### Activity
The stretch wanted below opens at the line containing "extrude(amount=F1_DEPTH)" and closes at the line containing "FreeCAD Python script". Please return it exactly, with no other lines.

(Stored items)

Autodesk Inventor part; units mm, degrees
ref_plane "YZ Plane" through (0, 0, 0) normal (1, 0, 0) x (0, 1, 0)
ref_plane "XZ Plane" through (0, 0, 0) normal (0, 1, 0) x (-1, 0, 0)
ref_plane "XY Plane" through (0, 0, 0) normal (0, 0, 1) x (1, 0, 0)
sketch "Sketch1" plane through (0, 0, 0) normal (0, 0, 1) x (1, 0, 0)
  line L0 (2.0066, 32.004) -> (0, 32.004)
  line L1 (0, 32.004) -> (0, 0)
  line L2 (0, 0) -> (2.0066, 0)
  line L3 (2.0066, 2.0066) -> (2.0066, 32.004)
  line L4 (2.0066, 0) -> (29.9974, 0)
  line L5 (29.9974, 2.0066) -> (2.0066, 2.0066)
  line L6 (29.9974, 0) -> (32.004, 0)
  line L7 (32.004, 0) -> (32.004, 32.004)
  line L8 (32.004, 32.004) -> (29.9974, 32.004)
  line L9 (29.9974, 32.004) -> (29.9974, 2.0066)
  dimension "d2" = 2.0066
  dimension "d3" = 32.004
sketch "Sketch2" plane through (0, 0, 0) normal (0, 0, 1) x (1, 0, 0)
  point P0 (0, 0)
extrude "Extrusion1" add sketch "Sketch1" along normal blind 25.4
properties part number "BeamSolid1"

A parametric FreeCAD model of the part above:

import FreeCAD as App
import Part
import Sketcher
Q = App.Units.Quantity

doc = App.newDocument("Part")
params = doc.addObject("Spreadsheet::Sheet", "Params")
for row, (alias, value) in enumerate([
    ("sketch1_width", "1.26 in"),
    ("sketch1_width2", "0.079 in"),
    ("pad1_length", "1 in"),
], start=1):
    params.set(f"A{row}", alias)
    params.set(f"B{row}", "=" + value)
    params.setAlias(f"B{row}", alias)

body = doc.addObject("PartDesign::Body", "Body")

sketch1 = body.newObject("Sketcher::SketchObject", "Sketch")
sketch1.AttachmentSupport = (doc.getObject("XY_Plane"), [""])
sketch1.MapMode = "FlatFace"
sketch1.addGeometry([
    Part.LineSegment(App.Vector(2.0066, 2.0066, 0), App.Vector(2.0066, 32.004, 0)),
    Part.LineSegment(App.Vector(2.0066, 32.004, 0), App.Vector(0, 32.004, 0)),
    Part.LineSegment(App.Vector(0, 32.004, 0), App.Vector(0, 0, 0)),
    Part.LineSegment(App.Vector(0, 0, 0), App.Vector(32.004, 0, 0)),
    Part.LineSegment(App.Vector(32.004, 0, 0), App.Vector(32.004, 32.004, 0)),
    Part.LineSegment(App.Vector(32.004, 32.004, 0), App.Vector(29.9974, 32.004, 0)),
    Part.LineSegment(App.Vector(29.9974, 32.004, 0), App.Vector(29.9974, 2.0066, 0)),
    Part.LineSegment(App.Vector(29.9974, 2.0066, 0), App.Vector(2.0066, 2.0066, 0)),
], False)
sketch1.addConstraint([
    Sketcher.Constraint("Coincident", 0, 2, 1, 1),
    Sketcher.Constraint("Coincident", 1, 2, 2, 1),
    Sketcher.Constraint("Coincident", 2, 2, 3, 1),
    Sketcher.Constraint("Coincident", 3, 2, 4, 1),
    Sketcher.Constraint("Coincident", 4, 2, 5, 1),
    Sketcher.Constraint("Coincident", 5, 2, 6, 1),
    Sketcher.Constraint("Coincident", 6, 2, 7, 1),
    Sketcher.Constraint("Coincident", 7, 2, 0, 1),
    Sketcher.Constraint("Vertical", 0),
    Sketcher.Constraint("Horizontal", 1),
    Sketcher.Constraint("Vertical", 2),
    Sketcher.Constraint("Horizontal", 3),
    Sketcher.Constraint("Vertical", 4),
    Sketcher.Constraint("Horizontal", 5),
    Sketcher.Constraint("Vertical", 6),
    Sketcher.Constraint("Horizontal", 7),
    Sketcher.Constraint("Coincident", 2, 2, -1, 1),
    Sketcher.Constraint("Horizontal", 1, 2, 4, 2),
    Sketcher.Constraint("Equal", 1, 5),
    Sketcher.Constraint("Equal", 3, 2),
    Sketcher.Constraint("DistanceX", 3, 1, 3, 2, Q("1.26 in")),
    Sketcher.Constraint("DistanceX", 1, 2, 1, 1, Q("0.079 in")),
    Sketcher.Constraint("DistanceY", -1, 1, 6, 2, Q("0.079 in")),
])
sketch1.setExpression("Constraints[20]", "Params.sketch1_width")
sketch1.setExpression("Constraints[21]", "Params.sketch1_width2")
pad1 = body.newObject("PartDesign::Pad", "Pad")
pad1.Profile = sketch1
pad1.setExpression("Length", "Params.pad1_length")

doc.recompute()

* * *

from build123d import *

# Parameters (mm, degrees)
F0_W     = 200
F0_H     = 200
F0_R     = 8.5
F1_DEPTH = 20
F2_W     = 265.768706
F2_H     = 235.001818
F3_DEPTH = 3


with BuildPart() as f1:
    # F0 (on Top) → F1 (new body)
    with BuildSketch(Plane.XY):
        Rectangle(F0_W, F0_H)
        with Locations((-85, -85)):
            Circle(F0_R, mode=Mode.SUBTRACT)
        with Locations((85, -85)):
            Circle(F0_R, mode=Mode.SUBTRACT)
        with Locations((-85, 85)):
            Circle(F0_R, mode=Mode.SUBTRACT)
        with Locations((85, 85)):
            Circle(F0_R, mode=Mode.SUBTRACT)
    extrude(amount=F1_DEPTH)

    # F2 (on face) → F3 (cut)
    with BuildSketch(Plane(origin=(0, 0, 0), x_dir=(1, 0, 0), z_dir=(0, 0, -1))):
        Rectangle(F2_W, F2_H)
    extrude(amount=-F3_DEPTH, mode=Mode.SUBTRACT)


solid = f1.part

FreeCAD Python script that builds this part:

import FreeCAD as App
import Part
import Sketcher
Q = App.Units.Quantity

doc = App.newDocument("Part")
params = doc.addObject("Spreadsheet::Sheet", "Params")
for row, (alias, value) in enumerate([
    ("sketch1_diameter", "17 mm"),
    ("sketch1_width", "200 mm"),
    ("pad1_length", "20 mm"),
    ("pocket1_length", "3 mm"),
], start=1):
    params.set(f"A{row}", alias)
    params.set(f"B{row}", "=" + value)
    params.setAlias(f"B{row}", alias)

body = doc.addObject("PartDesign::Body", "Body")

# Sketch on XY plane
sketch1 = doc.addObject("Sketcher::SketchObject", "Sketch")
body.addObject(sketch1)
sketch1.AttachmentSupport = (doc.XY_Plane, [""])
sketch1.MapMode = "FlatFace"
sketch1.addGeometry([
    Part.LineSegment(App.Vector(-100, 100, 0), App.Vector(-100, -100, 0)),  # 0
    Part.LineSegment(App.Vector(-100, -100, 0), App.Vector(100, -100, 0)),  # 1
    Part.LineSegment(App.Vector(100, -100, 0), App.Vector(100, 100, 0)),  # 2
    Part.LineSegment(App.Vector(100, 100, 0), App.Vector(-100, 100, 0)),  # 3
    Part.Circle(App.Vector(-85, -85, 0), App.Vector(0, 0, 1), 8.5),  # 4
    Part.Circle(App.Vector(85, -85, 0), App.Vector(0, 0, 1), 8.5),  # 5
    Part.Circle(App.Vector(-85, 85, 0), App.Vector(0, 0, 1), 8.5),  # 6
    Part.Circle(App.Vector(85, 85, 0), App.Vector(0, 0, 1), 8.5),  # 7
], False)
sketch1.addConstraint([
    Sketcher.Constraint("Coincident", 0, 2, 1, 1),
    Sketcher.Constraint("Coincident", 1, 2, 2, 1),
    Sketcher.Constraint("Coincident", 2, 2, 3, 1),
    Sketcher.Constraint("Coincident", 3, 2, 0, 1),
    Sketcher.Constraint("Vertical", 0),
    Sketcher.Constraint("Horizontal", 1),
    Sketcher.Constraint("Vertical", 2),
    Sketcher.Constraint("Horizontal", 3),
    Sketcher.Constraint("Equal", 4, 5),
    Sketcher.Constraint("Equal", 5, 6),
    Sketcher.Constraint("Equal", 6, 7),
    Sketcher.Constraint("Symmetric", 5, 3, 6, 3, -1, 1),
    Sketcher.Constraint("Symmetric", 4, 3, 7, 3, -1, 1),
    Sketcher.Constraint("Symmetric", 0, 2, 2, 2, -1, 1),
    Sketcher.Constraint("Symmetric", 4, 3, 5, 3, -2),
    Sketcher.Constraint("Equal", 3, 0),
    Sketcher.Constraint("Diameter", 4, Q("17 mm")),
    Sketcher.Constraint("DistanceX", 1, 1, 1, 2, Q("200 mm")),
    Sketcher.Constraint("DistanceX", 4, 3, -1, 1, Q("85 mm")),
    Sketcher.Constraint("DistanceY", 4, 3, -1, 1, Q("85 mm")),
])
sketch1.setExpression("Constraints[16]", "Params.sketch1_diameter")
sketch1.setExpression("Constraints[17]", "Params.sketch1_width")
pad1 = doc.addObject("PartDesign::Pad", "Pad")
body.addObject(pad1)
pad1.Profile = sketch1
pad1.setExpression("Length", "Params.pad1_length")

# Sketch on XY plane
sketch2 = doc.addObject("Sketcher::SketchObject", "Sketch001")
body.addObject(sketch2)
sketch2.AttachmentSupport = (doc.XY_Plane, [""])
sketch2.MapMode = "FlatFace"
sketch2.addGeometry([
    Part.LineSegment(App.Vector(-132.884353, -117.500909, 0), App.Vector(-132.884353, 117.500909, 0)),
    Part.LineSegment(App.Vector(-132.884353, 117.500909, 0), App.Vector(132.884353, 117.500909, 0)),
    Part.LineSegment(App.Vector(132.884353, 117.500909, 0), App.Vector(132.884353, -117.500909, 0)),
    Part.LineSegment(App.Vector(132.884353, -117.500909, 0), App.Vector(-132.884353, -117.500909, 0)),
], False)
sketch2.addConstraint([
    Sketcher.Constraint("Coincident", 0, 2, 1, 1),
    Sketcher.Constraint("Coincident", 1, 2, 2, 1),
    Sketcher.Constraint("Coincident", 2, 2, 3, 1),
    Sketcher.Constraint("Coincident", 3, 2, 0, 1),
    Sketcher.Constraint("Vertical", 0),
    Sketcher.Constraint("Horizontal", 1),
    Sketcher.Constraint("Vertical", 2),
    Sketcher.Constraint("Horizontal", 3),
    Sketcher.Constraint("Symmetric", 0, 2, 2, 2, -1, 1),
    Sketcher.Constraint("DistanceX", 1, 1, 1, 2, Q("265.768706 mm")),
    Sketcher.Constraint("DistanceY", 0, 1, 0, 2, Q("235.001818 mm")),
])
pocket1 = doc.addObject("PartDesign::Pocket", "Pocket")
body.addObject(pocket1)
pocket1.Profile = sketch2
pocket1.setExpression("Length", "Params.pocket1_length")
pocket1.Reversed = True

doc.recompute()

### Answer space
    extrude(amount=F1_DEPTH)

    # F2 (on face) → F3 (cut)
    with BuildSketch(Plane(origin=(0, 0, 0), x_dir=(1, 0, 0), z_dir=(0, 0, -1))):
        Rectangle(F2_W, F2_H)
    extrude(amount=-F3_DEPTH, mode=Mode.SUBTRACT)


solid = f1.part

FreeCAD Python script that builds this part:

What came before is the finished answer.